If you want a safer workout that will keep you fit, low-impact exercises are a good option. They’re excellent for people with injuries, joint issues, back problems, or those who are older, out of shape, or pregnant. Low impact means you aren’t jumping or pounding your feet on the ground. They’re exercises where at least one foot is always on the ground. You won’t be jumping so you reduce the risk of joint injury, disc compression, or other musculoskeletal problems.
Low impact cardio will still get your heart beating fast.
When you run, the less time your feet touch the ground, the better. That causes you to become airborne, so you land hard. It’s hard on joints and takes a toll on the rest of the body. You don’t have to run to get a cardio workout, swim, row, or ride a bike. Use a stationary bike if you’re pregnant to avoid the potential of falling.
You need to include a cardio workout as part of a complete fitness program.
Running is just one way to get your cardio, but your feet slapping against the ground every mile can take a toll on your joints. Try jumping jacks without the jump, just stepping side to side, or something as simple as walking. Ride a stationary bike. If you have knee problems, put the setting on a lower resistance level. You can help lubricate the joints without increasing stress. Improving circulation provides maximum benefits without additional joint stress.
Low-impact exercises can improve strength.
Not only does the movement help lubricate the joints, but it also improves muscle and ligament strength to protect the joints. Strength-building workouts do that and most are low-impact. You can use bodyweight exercises, resistance bands, or weights to build muscle. For instance, lunges are beneficial if you do them correctly and have hip strength so your knees don’t push out too far. Do a clamshell to help with that problem. Until you build more hip strength, do a modified lunge. Start with one foot forward and just lower and raise your body, without moving your feet.
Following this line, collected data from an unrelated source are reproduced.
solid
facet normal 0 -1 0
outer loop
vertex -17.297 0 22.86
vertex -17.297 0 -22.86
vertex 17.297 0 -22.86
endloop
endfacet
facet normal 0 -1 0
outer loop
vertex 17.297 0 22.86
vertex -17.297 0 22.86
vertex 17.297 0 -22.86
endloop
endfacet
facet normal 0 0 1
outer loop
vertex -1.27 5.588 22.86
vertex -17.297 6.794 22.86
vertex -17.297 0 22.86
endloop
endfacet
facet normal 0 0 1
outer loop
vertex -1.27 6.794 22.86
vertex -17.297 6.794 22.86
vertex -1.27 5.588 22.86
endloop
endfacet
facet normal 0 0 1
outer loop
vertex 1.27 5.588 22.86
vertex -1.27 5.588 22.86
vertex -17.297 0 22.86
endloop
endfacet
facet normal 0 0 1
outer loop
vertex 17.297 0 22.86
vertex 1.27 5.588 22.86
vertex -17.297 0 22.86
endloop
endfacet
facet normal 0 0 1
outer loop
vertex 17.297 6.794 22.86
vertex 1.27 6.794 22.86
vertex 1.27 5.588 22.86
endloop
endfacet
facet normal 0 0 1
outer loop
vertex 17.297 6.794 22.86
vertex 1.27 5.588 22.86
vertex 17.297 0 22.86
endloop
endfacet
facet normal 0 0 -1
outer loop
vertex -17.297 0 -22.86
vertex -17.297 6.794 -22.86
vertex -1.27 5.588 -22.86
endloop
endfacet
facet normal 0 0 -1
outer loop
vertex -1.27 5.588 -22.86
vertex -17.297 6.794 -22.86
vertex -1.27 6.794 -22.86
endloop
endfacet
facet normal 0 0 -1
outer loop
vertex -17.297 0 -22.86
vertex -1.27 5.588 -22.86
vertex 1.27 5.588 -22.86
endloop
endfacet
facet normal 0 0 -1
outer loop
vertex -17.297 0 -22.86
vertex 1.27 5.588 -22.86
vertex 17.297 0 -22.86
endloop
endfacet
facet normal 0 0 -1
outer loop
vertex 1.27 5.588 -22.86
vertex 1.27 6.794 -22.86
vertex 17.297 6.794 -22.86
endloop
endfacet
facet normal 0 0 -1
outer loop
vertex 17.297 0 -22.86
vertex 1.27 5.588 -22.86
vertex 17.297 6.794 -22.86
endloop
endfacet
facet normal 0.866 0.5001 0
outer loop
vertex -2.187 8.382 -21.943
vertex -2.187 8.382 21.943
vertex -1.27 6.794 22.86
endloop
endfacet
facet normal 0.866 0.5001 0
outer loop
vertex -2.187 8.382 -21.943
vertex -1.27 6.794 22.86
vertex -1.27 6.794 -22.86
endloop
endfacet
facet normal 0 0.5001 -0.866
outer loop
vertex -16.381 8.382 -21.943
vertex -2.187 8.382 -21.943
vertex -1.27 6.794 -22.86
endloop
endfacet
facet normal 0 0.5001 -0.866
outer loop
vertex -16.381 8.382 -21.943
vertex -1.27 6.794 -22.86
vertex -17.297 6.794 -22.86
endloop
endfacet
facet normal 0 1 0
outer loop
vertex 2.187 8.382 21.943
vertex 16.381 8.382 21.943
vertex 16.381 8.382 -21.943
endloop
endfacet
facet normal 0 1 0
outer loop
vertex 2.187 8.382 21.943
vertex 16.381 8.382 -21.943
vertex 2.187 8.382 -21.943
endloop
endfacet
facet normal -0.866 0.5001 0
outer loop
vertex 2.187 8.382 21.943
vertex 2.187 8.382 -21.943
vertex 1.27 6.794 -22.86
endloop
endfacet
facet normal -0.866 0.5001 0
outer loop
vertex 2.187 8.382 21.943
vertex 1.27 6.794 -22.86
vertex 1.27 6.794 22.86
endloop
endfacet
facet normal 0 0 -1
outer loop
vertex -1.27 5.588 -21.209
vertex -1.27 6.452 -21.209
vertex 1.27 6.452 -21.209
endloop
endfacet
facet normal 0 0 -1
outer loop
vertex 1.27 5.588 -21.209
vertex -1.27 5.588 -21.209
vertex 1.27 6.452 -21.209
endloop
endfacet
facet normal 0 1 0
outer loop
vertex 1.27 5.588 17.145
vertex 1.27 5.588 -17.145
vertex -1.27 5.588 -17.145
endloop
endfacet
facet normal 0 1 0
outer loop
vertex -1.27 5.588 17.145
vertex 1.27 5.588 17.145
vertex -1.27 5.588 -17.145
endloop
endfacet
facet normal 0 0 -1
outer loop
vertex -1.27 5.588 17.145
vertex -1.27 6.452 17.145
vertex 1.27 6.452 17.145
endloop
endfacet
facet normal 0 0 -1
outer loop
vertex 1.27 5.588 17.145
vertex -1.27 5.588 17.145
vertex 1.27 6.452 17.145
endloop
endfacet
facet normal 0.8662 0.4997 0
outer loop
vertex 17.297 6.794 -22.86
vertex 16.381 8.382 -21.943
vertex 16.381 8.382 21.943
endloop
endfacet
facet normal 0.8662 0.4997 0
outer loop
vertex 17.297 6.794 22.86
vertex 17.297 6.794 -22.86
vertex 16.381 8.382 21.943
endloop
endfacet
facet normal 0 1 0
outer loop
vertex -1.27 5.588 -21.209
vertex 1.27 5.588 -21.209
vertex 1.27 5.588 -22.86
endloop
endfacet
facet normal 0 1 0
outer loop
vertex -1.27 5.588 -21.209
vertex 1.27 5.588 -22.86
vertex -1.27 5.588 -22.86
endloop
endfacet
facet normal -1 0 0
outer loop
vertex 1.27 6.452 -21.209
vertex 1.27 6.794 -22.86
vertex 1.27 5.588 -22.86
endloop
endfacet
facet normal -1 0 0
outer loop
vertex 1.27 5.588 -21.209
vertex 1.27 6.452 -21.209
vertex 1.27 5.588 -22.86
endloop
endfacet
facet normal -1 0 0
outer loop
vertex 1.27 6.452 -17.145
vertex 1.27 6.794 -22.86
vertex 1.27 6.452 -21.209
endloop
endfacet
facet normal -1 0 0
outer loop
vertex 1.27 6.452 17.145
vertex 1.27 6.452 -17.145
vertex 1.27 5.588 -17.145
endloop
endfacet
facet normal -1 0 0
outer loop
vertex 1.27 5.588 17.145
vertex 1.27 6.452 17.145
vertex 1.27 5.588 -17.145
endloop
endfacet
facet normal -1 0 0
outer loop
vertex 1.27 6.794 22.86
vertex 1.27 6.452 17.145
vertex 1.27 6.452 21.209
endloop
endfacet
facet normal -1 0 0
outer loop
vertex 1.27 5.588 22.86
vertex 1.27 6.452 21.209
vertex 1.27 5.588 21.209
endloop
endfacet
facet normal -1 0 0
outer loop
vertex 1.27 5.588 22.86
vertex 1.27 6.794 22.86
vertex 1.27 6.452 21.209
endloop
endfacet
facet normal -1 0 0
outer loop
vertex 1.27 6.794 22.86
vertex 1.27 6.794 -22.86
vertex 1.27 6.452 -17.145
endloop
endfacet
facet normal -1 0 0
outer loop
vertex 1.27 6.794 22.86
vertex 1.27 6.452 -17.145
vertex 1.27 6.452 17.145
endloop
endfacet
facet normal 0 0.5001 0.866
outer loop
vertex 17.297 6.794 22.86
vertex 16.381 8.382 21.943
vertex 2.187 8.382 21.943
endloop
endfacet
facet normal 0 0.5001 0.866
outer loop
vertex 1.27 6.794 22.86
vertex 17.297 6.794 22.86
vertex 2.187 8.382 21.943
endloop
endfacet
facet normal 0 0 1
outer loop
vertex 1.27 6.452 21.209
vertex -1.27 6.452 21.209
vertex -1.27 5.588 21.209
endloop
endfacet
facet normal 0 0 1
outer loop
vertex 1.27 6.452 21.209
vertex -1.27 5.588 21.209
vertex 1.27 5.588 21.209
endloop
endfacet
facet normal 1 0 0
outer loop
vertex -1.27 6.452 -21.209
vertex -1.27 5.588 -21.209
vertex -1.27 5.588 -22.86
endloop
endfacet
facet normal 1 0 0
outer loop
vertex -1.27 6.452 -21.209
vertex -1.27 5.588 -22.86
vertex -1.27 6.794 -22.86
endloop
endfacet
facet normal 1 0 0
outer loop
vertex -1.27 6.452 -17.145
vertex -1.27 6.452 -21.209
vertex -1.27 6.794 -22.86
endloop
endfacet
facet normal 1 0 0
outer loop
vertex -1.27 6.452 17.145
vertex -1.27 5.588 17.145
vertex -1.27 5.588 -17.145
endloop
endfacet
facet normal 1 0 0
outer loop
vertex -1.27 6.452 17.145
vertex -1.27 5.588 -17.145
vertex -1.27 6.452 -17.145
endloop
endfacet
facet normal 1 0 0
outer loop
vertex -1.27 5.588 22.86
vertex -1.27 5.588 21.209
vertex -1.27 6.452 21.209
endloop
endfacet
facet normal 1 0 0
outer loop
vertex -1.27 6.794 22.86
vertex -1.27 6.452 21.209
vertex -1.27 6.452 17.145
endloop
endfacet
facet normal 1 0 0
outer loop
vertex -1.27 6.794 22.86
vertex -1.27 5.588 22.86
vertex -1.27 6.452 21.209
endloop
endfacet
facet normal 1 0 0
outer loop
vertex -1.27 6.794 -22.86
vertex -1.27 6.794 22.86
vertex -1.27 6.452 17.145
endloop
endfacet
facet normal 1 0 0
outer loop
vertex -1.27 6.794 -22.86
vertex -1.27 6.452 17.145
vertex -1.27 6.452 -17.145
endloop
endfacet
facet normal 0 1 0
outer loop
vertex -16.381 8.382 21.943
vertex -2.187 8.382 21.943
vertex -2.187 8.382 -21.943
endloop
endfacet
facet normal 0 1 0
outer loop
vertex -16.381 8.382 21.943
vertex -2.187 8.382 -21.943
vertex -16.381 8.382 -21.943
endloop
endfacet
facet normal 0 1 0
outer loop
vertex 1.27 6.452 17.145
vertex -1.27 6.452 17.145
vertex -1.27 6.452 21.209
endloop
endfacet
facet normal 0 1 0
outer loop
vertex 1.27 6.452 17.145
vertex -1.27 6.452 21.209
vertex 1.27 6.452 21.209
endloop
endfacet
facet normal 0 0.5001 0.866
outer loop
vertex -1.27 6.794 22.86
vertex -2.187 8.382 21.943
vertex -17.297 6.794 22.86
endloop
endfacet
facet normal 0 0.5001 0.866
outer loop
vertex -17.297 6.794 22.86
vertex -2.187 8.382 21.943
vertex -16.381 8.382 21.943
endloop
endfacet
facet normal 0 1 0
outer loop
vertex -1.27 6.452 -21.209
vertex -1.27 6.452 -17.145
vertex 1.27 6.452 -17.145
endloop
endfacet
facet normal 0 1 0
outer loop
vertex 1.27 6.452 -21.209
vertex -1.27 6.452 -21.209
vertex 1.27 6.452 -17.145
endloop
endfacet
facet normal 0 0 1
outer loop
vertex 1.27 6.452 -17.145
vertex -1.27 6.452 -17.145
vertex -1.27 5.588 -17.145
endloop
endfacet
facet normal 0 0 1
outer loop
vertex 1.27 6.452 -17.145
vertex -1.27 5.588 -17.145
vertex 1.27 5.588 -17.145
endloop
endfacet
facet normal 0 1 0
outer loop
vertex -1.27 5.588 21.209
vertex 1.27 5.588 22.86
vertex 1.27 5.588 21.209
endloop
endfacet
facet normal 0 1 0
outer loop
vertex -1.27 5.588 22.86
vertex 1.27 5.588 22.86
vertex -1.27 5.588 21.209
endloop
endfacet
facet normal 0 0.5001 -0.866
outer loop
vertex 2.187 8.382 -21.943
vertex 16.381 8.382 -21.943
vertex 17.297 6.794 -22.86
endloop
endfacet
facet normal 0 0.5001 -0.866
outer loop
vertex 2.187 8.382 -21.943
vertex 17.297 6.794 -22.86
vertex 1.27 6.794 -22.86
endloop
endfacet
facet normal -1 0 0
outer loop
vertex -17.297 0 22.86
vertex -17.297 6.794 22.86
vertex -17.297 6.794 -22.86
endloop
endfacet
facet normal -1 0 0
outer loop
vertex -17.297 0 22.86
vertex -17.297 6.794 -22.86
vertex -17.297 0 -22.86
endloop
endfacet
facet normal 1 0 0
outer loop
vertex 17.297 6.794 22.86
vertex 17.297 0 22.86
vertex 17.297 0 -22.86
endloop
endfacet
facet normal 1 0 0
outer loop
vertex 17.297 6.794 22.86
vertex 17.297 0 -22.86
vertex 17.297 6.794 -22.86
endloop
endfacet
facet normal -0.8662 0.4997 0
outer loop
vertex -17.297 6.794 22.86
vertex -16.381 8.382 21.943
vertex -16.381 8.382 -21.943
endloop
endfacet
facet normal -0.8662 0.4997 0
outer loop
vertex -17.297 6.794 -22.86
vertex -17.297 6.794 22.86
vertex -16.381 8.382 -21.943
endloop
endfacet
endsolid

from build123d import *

# Parameters (mm, degrees)
BOSS_EXTRUDE1_DEPTH   = 22.86
CHAMFER1_SIZE         = 1.5875
CHAMFER1_SIZE2        = 0.916543552
CHAMFER1_PART_2_SIZE  = 1.5875
CHAMFER1_PART_2_SIZE2 = 0.916543552
CHAMFER1_PART_3_SIZE  = 1.5875
CHAMFER1_PART_3_SIZE2 = 0.916543552
CHAMFER1_PART_4_SIZE  = 1.5875
CHAMFER1_PART_4_SIZE2 = 0.916543552
CHAMFER1_PART_5_SIZE  = 1.5875
CHAMFER1_PART_5_SIZE2 = 0.916543552
CHAMFER1_PART_6_SIZE  = 1.5875
CHAMFER1_PART_6_SIZE2 = 0.916543552
BOSS_EXTRUDE2_START   = 17.145
SKETCH2_W             = 2.54
SKETCH2_H             = 0.8636
BOSS_EXTRUDE2_DEPTH   = 4.064


with BuildPart() as part:
    # Sketch1 → Boss-Extrude1 (new body, symmetric)
    with BuildSketch(Plane.XY):
        Polygon((-17.2974, 0), (17.2974, 0), (17.2974, 8.382), (1.27, 8.382), (1.27, 5.588), (-1.27, 5.588), (-1.27, 8.382), (-17.2974, 8.382), align=None)
    extrude(amount=BOSS_EXTRUDE1_DEPTH, both=True)

    # Chamfer1
    chamfer1_edges = [part.edges().sort_by_distance(p)[0] for p in [
        (9.2837, 8.382, -22.86),
        (-9.2837, 8.382, -22.86),
    ]]
    chamfer1_side = [part.faces().sort_by_distance(p)[0] for p in [
        (0, 4.120904666, -22.86),
    ]]
    chamfer(chamfer1_edges, length=CHAMFER1_SIZE, length2=CHAMFER1_SIZE2, reference=chamfer1_side[0])

    # Chamfer1 part 2
    chamfer1_part_2_edges = [part.edges().sort_by_distance(p)[0] for p in [
        (17.2974, 8.382, 0),
    ]]
    chamfer1_part_2_side = [part.faces().sort_by_distance(p)[0] for p in [
        (17.2974, 4.191, 0),
    ]]
    chamfer(chamfer1_part_2_edges, length=CHAMFER1_PART_2_SIZE, length2=CHAMFER1_PART_2_SIZE2, reference=chamfer1_part_2_side[0])

    # Chamfer1 part 3
    chamfer1_part_3_edges = [part.edges().sort_by_distance(p)[0] for p in [
        (-17.2974, 8.382, 0),
    ]]
    chamfer1_part_3_side = [part.faces().sort_by_distance(p)[0] for p in [
        (-17.2974, 4.191, 0),
    ]]
    chamfer(chamfer1_part_3_edges, length=CHAMFER1_PART_3_SIZE, length2=CHAMFER1_PART_3_SIZE2, reference=chamfer1_part_3_side[0])

    # Chamfer1 part 4
    chamfer1_part_4_edges = [part.edges().sort_by_distance(p)[0] for p in [
        (-1.27, 8.382, 0),
    ]]
    chamfer1_part_4_side = [part.faces().sort_by_distance(p)[0] for p in [
        (-1.27, 6.985, 0),
    ]]
    chamfer(chamfer1_part_4_edges, length=CHAMFER1_PART_4_SIZE, length2=CHAMFER1_PART_4_SIZE2, reference=chamfer1_part_4_side[0])

    # Chamfer1 part 5
    chamfer1_part_5_edges = [part.edges().sort_by_distance(p)[0] for p in [
        (1.27, 8.382, 0),
    ]]
    chamfer1_part_5_side = [part.faces().sort_by_distance(p)[0] for p in [
        (1.27, 6.985, 0),
    ]]
    chamfer(chamfer1_part_5_edges, length=CHAMFER1_PART_5_SIZE, length2=CHAMFER1_PART_5_SIZE2, reference=chamfer1_part_5_side[0])

    # Chamfer1 part 6
    chamfer1_part_6_edges = [part.edges().sort_by_distance(p)[0] for p in [
        (-9.2837, 8.382, 22.86),
        (9.2837, 8.382, 22.86),
    ]]
    chamfer1_part_6_side = [part.faces().sort_by_distance(p)[0] for p in [
        (0, 4.120904666, 22.86),
    ]]
    chamfer(chamfer1_part_6_edges, length=CHAMFER1_PART_6_SIZE, length2=CHAMFER1_PART_6_SIZE2, reference=chamfer1_part_6_side[0])

    # Sketch2 → Boss-Extrude2 (add)
    with BuildSketch(Plane.XY.offset(BOSS_EXTRUDE2_START)):
        with Locations((0, 6.0198)):
            Rectangle(SKETCH2_W, SKETCH2_H)
    boss_extrude2 = extrude(amount=BOSS_EXTRUDE2_DEPTH)

    # Mirror1: Boss-Extrude2 across plane
    add(boss_extrude2.mirror(Plane.XY))


solid = part.part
Get relief from the heat while you build your muscles with aquatic exercises.
Exercising in a pool provides extra resistance while preventing stress on the joints. Even ordinary walking is more taxing on the body. There’s 12 times more strength-building resistance doing an exercise in water than doing the same exercises on dry land. Almost any high-impact exercise becomes a low-impact one when you do them in a pool. For instance, traditional jumping jacks switch from high-impact to low-impact when you do them with your body in water.
- Do jumping jacks but omit the jump. Just step to the side as you raise your arms and clap your hands above your head and as you lower your hands, step back into starting position. Alternate the leg that steps outward.
- Squats are another low-impact exercise you can modify to work different muscle groups. Widen your stance when you squat or narrow it to work muscles on several planes and other muscle groups.
- Stretching is low-impact, plus a good way for everyone to warm up and loosen muscles. Some forms of exercise, like tai chi, are a low-impact way to build strength, cardio, and flexibility.
- Always check with your health care professional before doing any type of exercise, especially if you’re pregnant or have a health condition. You may have to modify some exercises or avoid them entirely.